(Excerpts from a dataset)
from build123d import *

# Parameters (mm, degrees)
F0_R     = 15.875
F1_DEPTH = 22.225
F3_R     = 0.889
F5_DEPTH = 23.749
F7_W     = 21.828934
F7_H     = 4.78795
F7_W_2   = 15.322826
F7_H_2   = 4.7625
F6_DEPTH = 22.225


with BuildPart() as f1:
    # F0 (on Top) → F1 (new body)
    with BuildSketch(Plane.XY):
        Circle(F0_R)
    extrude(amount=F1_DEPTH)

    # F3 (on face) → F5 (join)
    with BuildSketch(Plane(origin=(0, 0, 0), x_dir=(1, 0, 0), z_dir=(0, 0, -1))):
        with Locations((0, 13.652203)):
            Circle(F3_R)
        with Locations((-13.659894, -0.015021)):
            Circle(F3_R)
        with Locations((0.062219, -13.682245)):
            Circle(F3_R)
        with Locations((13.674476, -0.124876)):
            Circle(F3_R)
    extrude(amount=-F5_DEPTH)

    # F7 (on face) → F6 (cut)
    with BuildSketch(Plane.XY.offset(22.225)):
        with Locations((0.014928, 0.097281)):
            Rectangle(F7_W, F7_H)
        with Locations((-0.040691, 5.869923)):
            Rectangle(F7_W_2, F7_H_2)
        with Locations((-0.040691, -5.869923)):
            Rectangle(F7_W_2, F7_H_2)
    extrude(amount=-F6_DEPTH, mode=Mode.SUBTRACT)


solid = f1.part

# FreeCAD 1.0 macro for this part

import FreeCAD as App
import Part
import Sketcher
from FreeCAD import Vector
Q = App.Units.Quantity

doc = App.newDocument("Part")
params = doc.addObject("Spreadsheet::Sheet", "Params")
for row, (alias, value) in enumerate([
    ("sketch1_diameter", "1.25 in"),
    ("pad1_length", "0.875 in"),
    ("sketch2_diameter", "0.07 in"),
    ("pad2_length", "0.935 in"),
    ("sketch3_height", "0.1875 in"),
    ("pocket1_length", "0.875 in"),
], start=1):
    params.set(f"A{row}", alias)
    params.set(f"B{row}", "=" + value)
    params.setAlias(f"B{row}", alias)

body = doc.addObject("PartDesign::Body", "Body")

# Sketch on XY plane
sketch1 = body.newObject("Sketcher::SketchObject", "Sketch")
sketch1.AttachmentSupport = (doc.getObject("XY_Plane"), [""])
sketch1.MapMode = "FlatFace"
sketch1.addGeometry(Part.Circle(Vector(0, 0, 0), Vector(0, 0, 1), 16), False)
sketch1.addConstraint(Sketcher.Constraint("Coincident", 0, 3, -1, 1))
sketch1.addConstraint(Sketcher.Constraint("Diameter", 0, Q("1.25 in")))
sketch1.setExpression("Constraints[1]", "Params.sketch1_diameter")
pad1 = body.newObject("PartDesign::Pad", "Pad")
pad1.Profile = sketch1
pad1.setExpression("Length", "Params.pad1_length")

# Sketch on XY plane
sketch2 = body.newObject("Sketcher::SketchObject", "Sketch001")
sketch2.AttachmentSupport = (doc.getObject("XY_Plane"), [""])
sketch2.MapMode = "FlatFace"
sketch2.addGeometry(Part.Circle(Vector(0, -13.7, 0), Vector(0, 0, 1), 0.9), False)
sketch2.addGeometry(Part.Circle(Vector(-13.7, 0, 0), Vector(0, 0, 1), 0.9), False)
sketch2.addGeometry(Part.Circle(Vector(0.1, 13.7, 0), Vector(0, 0, 1), 0.9), False)
sketch2.addGeometry(Part.Circle(Vector(13.7, 0.1, 0), Vector(0, 0, 1), 0.9), False)
sketch2.addConstraint(Sketcher.Constraint("Equal", 0, 1))
sketch2.addConstraint(Sketcher.Constraint("Equal", 1, 2))
sketch2.addConstraint(Sketcher.Constraint("Equal", 2, 3))
sketch2.addConstraint(Sketcher.Constraint("PointOnObject", 0, 3, -2))
sketch2.addConstraint(Sketcher.Constraint("Diameter", 0, Q("0.07 in")))
sketch2.addConstraint(Sketcher.Constraint("DistanceY", -1, 1, 1, 3, Q("0.015021 mm")))
sketch2.addConstraint(Sketcher.Constraint("DistanceX", -1, 1, 2, 3, Q("0.062219 mm")))
sketch2.addConstraint(Sketcher.Constraint("DistanceY", 0, 3, 2, 3, Q("27.334448 mm")))
sketch2.addConstraint(Sketcher.Constraint("DistanceY", 3, 3, 2, 3, Q("13.557369 mm")))
sketch2.addConstraint(Sketcher.Constraint("DistanceX", 1, 3, 3, 3, Q("27.33437 mm")))
sketch2.addConstraint(Sketcher.Constraint("DistanceY", 0, 3, -1, 1, Q("13.652203 mm")))
sketch2.addConstraint(Sketcher.Constraint("DistanceX", 1, 3, -1, 1, Q("13.659894 mm")))
sketch2.setExpression("Constraints[4]", "Params.sketch2_diameter")
pad2 = body.newObject("PartDesign::Pad", "Pad001")
pad2.Profile = sketch2
pad2.setExpression("Length", "Params.pad2_length")

# Sketch on XY plane
sketch3 = body.newObject("Sketcher::SketchObject", "Sketch002")
sketch3.AttachmentSupport = (doc.getObject("XY_Plane"), [""])
sketch3.MapMode = "FlatFace"
sketch3.AttachmentOffset = App.Placement(Vector(0, 0, 0.875 * 25.4), App.Rotation())
sketch3.addGeometry(Part.LineSegment(Vector(-10.9, 2.5, 0), Vector(-10.9, -2.3, 0)), False)
sketch3.addGeometry(Part.LineSegment(Vector(-10.9, -2.3, 0), Vector(10.9, -2.3, 0)), False)
sketch3.addGeometry(Part.LineSegment(Vector(10.9, -2.3, 0), Vector(10.9, 2.5, 0)), False)
sketch3.addGeometry(Part.LineSegment(Vector(10.9, 2.5, 0), Vector(-10.9, 2.5, 0)), False)
sketch3.addGeometry(Part.LineSegment(Vector(-7.7, 8.3, 0), Vector(-7.7, 3.5, 0)), False)
sketch3.addGeometry(Part.LineSegment(Vector(-7.7, 3.5, 0), Vector(7.6, 3.5, 0)), False)
sketch3.addGeometry(Part.LineSegment(Vector(7.6, 3.5, 0), Vector(7.6, 8.3, 0)), False)
sketch3.addGeometry(Part.LineSegment(Vector(7.6, 8.3, 0), Vector(-7.7, 8.3, 0)), False)
sketch3.addGeometry(Part.LineSegment(Vector(-7.7, -3.5, 0), Vector(-7.7, -8.3, 0)), False)
sketch3.addGeometry(Part.LineSegment(Vector(-7.7, -8.3, 0), Vector(7.6, -8.3, 0)), False)
sketch3.addGeometry(Part.LineSegment(Vector(7.6, -8.3, 0), Vector(7.6, -3.5, 0)), False)
sketch3.addGeometry(Part.LineSegment(Vector(7.6, -3.5, 0), Vector(-7.7, -3.5, 0)), False)
sketch3.addConstraint(Sketcher.Constraint("Coincident", 0, 2, 1, 1))
sketch3.addConstraint(Sketcher.Constraint("Coincident", 1, 2, 2, 1))
sketch3.addConstraint(Sketcher.Constraint("Coincident", 2, 2, 3, 1))
sketch3.addConstraint(Sketcher.Constraint("Coincident", 3, 2, 0, 1))
sketch3.addConstraint(Sketcher.Constraint("Coincident", 4, 2, 5, 1))
sketch3.addConstraint(Sketcher.Constraint("Coincident", 5, 2, 6, 1))
sketch3.addConstraint(Sketcher.Constraint("Coincident", 6, 2, 7, 1))
sketch3.addConstraint(Sketcher.Constraint("Coincident", 7, 2, 4, 1))
sketch3.addConstraint(Sketcher.Constraint("Coincident", 8, 2, 9, 1))
sketch3.addConstraint(Sketcher.Constraint("Coincident", 9, 2, 10, 1))
sketch3.addConstraint(Sketcher.Constraint("Coincident", 10, 2, 11, 1))
sketch3.addConstraint(Sketcher.Constraint("Coincident", 11, 2, 8, 1))
sketch3.addConstraint(Sketcher.Constraint("Vertical", 0))
sketch3.addConstraint(Sketcher.Constraint("Horizontal", 1))
sketch3.addConstraint(Sketcher.Constraint("Vertical", 2))
sketch3.addConstraint(Sketcher.Constraint("Horizontal", 3))
sketch3.addConstraint(Sketcher.Constraint("Vertical", 4))
sketch3.addConstraint(Sketcher.Constraint("Horizontal", 5))
sketch3.addConstraint(Sketcher.Constraint("Vertical", 6))
sketch3.addConstraint(Sketcher.Constraint("Horizontal", 7))
sketch3.addConstraint(Sketcher.Constraint("Vertical", 8))
sketch3.addConstraint(Sketcher.Constraint("Horizontal", 9))
sketch3.addConstraint(Sketcher.Constraint("Vertical", 10))
sketch3.addConstraint(Sketcher.Constraint("Horizontal", 11))
sketch3.addConstraint(Sketcher.Constraint("Symmetric", 7, 2, 8, 2, -1))
sketch3.addConstraint(Sketcher.Constraint("Symmetric", 5, 2, 10, 2, -1))
sketch3.addConstraint(Sketcher.Constraint("DistanceY", 4, 2, 4, 1, Q("0.1875 in")))
sketch3.addConstraint(Sketcher.Constraint("DistanceY", 0, 2, 0, 1, Q("4.78795 mm")))
sketch3.addConstraint(Sketcher.Constraint("DistanceX", 4, 2, 2, 2, Q("18.631499 mm")))
sketch3.addConstraint(Sketcher.Constraint("DistanceX", 1, 1, 1, 2, Q("21.828934 mm")))
sketch3.addConstraint(Sketcher.Constraint("DistanceX", 5, 1, 5, 2, Q("15.322826 mm")))
sketch3.addConstraint(Sketcher.Constraint("DistanceX", 0, 2, -1, 1, Q("10.899539 mm")))
sketch3.addConstraint(Sketcher.Constraint("DistanceY", 8, 2, 0, 2, Q("5.954479 mm")))
sketch3.addConstraint(Sketcher.Constraint("DistanceY", 0, 2, -1, 1, Q("2.296694 mm")))
sketch3.setExpression("Constraints[26]", "Params.sketch3_height")
pocket1 = body.newObject("PartDesign::Pocket", "Pocket")
pocket1.Profile = sketch3
pocket1.setExpression("Length", "Params.pocket1_length")

doc.recompute()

* **TASK PROMPT**: Using the records above, copy word for word the line with "# F7 (on face) → F6 (cut)", the line with "# FreeCAD 1.0 macro for this part", and every line between them.

* **OUTPUT OF THE EXERCISE**:
    # F7 (on face) → F6 (cut)
    with BuildSketch(Plane.XY.offset(22.225)):
        with Locations((0.014928, 0.097281)):
            Rectangle(F7_W, F7_H)
        with Locations((-0.040691, 5.869923)):
            Rectangle(F7_W_2, F7_H_2)
        with Locations((-0.040691, -5.869923)):
            Rectangle(F7_W_2, F7_H_2)
    extrude(amount=-F6_DEPTH, mode=Mode.SUBTRACT)


solid = f1.part

# FreeCAD 1.0 macro for this part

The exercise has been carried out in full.